/Advance-Community-Detection

Implementation of novel ideal of "Advancing Community Detection Using Keyword Attribute Search"

Primary LanguagePython

Advance-Community-Detection

Implementation of novel ideal of "Advancing Community Detection Using Keyword Attribute Search"

Background: This is an implementation of novel algorithm proposed by us known as, ‘Advancing Community Detection Using Keyword Attribute Search’ (IEEE Access under review), which finds online communities based on the user input query. This novel method finds personalized as well as generalized communities from an attributed graph based on the attribute similarity and connectivity of nodes. This project is an application of this novel algorithm, where we can find the content and extract the knowledge/influence of memes/contents posted by different users in a social network. The outline of this project is as follows:

Dataset:

  1. For this project attibuted social network is considered, where there are multiple attributes on each node of the network and each node is connected to different nodes in the network.
  2. Since there are few attributed network datasets available, a social network dataset from ‘Stanford Network Analysis Project (SNAP)’ is used. A Facebook dataset which is categorized in different categories based on the Facebook pages is considered for demo of this project.
  3. Since all these Facebook datasets are unattributed network structures, the random attributes collected for the memes/tweets by different users during the US 2016 election are assigned as attributes of each node in the social network.
  4. These attributes contain the information about contents posted/shared by different users about Donald Trump and Hillary Clinton. The attributes include the information like Id, candidate, tweets, sentiments about the tweets, confidence value for the sentiment, retweet count, tweet id, and the time tweet created.
  5. The attributes are assigned randomly so that there is not any bias on the distribution of attributes in the network structure. Also data cleaning like random shuffling of attribute rows, and replacing missing values is done on the attribute dataset. The datasets can be accessed at following links:

SNAP : https://snap.stanford.edu/data/gemsec_facebook_dataset.html Attribute dataset (Memes): https://www.kaggle.com/SIZZLE/2016electionmemes/data

Project steps: Following major steps highlight the novel ideal and unexplored facts about this project.
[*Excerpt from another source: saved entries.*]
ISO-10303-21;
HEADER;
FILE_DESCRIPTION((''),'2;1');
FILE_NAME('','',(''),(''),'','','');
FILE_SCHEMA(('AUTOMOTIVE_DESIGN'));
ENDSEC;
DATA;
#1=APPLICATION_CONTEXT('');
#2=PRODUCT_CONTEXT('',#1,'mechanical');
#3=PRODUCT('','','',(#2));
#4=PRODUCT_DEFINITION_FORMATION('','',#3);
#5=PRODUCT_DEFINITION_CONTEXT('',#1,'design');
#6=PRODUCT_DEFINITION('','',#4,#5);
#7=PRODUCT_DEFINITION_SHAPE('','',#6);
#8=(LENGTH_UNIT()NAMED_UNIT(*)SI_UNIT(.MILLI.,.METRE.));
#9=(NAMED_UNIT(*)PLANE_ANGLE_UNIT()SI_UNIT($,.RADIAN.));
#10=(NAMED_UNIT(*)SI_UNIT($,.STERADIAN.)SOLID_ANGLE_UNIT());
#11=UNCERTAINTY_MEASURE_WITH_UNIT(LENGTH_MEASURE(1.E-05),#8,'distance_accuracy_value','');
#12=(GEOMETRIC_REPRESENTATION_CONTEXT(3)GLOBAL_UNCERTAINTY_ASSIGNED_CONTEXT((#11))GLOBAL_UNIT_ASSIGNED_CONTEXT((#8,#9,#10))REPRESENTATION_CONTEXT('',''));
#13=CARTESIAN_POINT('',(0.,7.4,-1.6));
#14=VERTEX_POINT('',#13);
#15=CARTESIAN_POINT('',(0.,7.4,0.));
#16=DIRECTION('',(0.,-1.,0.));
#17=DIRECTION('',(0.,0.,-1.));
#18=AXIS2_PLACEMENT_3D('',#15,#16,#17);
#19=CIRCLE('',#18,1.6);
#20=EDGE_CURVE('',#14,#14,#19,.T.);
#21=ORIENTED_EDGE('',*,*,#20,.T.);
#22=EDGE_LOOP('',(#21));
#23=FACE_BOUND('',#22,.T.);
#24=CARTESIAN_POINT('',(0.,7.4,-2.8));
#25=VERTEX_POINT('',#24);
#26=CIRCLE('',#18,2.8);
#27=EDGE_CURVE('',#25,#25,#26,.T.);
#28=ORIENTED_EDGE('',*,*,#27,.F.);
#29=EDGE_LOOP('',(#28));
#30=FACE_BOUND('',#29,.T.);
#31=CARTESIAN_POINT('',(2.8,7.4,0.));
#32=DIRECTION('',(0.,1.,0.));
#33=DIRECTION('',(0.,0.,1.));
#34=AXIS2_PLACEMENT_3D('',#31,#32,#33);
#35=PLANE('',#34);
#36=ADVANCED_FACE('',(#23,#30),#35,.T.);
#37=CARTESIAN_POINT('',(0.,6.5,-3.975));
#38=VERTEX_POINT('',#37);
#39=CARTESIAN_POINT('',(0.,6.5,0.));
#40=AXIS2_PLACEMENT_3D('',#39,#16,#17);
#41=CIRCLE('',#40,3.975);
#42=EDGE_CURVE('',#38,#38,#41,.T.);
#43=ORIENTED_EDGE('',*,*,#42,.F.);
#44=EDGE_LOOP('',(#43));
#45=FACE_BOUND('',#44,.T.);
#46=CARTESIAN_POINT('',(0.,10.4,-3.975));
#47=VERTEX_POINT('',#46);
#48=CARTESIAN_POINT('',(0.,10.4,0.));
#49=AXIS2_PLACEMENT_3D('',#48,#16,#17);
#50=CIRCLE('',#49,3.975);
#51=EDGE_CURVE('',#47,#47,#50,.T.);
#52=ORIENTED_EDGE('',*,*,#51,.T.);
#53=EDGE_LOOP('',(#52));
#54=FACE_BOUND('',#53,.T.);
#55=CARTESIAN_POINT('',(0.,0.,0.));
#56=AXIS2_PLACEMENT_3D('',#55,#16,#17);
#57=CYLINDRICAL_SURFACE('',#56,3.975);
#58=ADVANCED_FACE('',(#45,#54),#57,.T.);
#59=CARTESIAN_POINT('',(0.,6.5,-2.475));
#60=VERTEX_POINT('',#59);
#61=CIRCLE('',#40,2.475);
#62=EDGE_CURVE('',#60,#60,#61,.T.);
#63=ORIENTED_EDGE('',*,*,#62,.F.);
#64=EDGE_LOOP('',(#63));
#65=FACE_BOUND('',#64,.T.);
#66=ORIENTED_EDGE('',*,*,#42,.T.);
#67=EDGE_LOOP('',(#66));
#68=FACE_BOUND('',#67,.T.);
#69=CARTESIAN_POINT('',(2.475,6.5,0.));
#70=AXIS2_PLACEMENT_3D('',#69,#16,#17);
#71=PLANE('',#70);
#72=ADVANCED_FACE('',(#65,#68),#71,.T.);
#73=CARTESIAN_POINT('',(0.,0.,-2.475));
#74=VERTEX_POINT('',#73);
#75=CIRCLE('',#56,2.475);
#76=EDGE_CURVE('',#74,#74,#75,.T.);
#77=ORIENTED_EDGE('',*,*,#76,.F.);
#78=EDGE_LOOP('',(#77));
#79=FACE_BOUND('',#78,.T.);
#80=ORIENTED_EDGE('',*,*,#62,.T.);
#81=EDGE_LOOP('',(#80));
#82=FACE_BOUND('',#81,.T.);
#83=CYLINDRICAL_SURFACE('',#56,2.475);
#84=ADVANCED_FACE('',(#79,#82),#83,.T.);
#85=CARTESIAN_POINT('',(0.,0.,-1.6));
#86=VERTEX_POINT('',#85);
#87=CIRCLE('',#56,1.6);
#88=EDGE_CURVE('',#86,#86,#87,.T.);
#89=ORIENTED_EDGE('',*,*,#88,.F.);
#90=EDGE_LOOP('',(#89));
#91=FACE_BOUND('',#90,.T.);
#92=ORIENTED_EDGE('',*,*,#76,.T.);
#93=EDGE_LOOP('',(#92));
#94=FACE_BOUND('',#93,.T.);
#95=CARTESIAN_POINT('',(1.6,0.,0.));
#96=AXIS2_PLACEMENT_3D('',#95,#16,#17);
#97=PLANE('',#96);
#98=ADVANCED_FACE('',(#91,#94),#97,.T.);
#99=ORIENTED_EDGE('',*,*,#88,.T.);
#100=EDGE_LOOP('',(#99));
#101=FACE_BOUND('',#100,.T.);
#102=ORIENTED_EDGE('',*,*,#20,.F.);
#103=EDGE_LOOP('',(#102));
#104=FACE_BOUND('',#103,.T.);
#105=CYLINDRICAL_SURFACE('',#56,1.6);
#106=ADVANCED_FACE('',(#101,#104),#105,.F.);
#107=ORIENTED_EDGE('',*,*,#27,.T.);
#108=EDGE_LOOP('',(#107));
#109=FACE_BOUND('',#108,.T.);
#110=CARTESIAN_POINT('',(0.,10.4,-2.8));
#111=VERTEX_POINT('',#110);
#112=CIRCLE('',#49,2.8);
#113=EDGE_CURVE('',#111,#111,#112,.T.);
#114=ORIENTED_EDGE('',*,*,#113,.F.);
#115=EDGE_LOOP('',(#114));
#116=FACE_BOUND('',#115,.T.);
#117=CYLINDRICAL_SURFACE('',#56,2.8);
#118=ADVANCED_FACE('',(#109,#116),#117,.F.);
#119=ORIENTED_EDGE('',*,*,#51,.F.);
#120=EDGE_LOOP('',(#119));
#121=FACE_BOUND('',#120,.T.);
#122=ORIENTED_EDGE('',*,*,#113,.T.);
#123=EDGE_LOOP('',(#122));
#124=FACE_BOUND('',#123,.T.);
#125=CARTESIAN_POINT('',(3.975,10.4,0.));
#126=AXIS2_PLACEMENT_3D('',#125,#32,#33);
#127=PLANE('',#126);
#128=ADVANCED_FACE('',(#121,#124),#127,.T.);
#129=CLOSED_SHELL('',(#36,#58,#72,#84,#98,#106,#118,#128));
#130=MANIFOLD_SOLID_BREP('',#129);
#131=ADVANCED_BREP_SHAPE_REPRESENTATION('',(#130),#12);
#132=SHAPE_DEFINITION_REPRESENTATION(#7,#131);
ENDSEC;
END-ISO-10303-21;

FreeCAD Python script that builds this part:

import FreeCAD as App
import Part
import Sketcher
from FreeCAD import Vector


def add_polygon(sketch, points):
    """Adds a closed chain of lines whose ends are joined by coincident constraints."""
    first, n = sketch.GeometryCount, len(points)
    for a, b in zip(points, points[1:] + points[:1]):
        sketch.addGeometry(Part.LineSegment(App.Vector(*a, 0), App.Vector(*b, 0)), False)
    for i in range(n):
        sketch.addConstraint(Sketcher.Constraint("Coincident", first + i, 2, first + (i + 1) % n, 1))

doc = App.newDocument("Part")
body = doc.addObject("PartDesign::Body", "Body")

# Sketch on XY plane
sketch1 = doc.addObject("Sketcher::SketchObject", "Sketch")
body.addObject(sketch1)
sketch1.AttachmentSupport = (doc.XY_Plane, [""])
sketch1.MapMode = "FlatFace"
add_polygon(sketch1, [(2.8, 10.4), (2.8, 7.4), (1.6, 7.4), (1.6, 0), (2.5, 0), (2.5, 6.5), (4, 6.5), (4, 10.4)])  # lines 0-7
sketch1.addConstraint(Sketcher.Constraint("Vertical", 0))
sketch1.addConstraint(Sketcher.Constraint("Horizontal", 1))
sketch1.addConstraint(Sketcher.Constraint("Vertical", 2))
sketch1.addConstraint(Sketcher.Constraint("Horizontal", 3))
sketch1.addConstraint(Sketcher.Constraint("Vertical", 4))
sketch1.addConstraint(Sketcher.Constraint("Horizontal", 5))
sketch1.addConstraint(Sketcher.Constraint("Vertical", 6))
sketch1.addConstraint(Sketcher.Constraint("Horizontal", 7))
sketch1.addConstraint(Sketcher.Constraint("PointOnObject", 2, 2, -1))
sketch1.addConstraint(Sketcher.Constraint("DistanceY", 0, 2, 0, 1, 3.0))
sketch1.addConstraint(Sketcher.Constraint("DistanceX", 1, 2, 1, 1, 1.2))
sketch1.addConstraint(Sketcher.Constraint("DistanceX", 5, 1, 5, 2, 1.5))
sketch1.addConstraint(Sketcher.Constraint("DistanceY", 2, 2, 2, 1, 7.4))
sketch1.addConstraint(Sketcher.Constraint("DistanceY", 4, 1, 4, 2, 6.5))
sketch1.addConstraint(Sketcher.Constraint("DistanceX", -1, 1, 0, 2, 2.8))
sketch1.addConstraint(Sketcher.Constraint("DistanceX", 3, 1, 3, 2, 0.875))
revolution = doc.addObject("PartDesign::Revolution", "Revolution")
body.addObject(revolution)
revolution.Profile = sketch1
revolution.ReferenceAxis = (sketch1, ["V_Axis"])
revolution.Angle = 360

doc.recompute()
  1. There is no online community detection method available which finds a particular community of users based on the user input query, like, find me a group of people who likes ‘Star Wars’ and lives in Las Vegas. This novel method is able to provide the flexibility of personalized community detection based on such queries.
  2. There are few community detection methods which deals with the attributed social networks. Attributed community detection is not popular yet, but can be useful in many aspects of social network analysis. Hence, the attributed network dataset is synthetically created based on the real world network datasets and attributes. These type of datasets are not easily available on internet, but should be given importance for effective social network analysis. These attributed structures of social network datasets are explored in this project.
  3. The major aspects of this project are already developed as an experimental analysis of the novel algorithm. The novel method is classifying the nodes and attributes based on the similarity of attributes and connectivity of nodes. The class information is stored in an index structure along with the required information like attributes, first node, and count of the nodes which belong to the same class.
  4. The novel method is using keyword search technique on graph to derive the community of nodes having the same class label.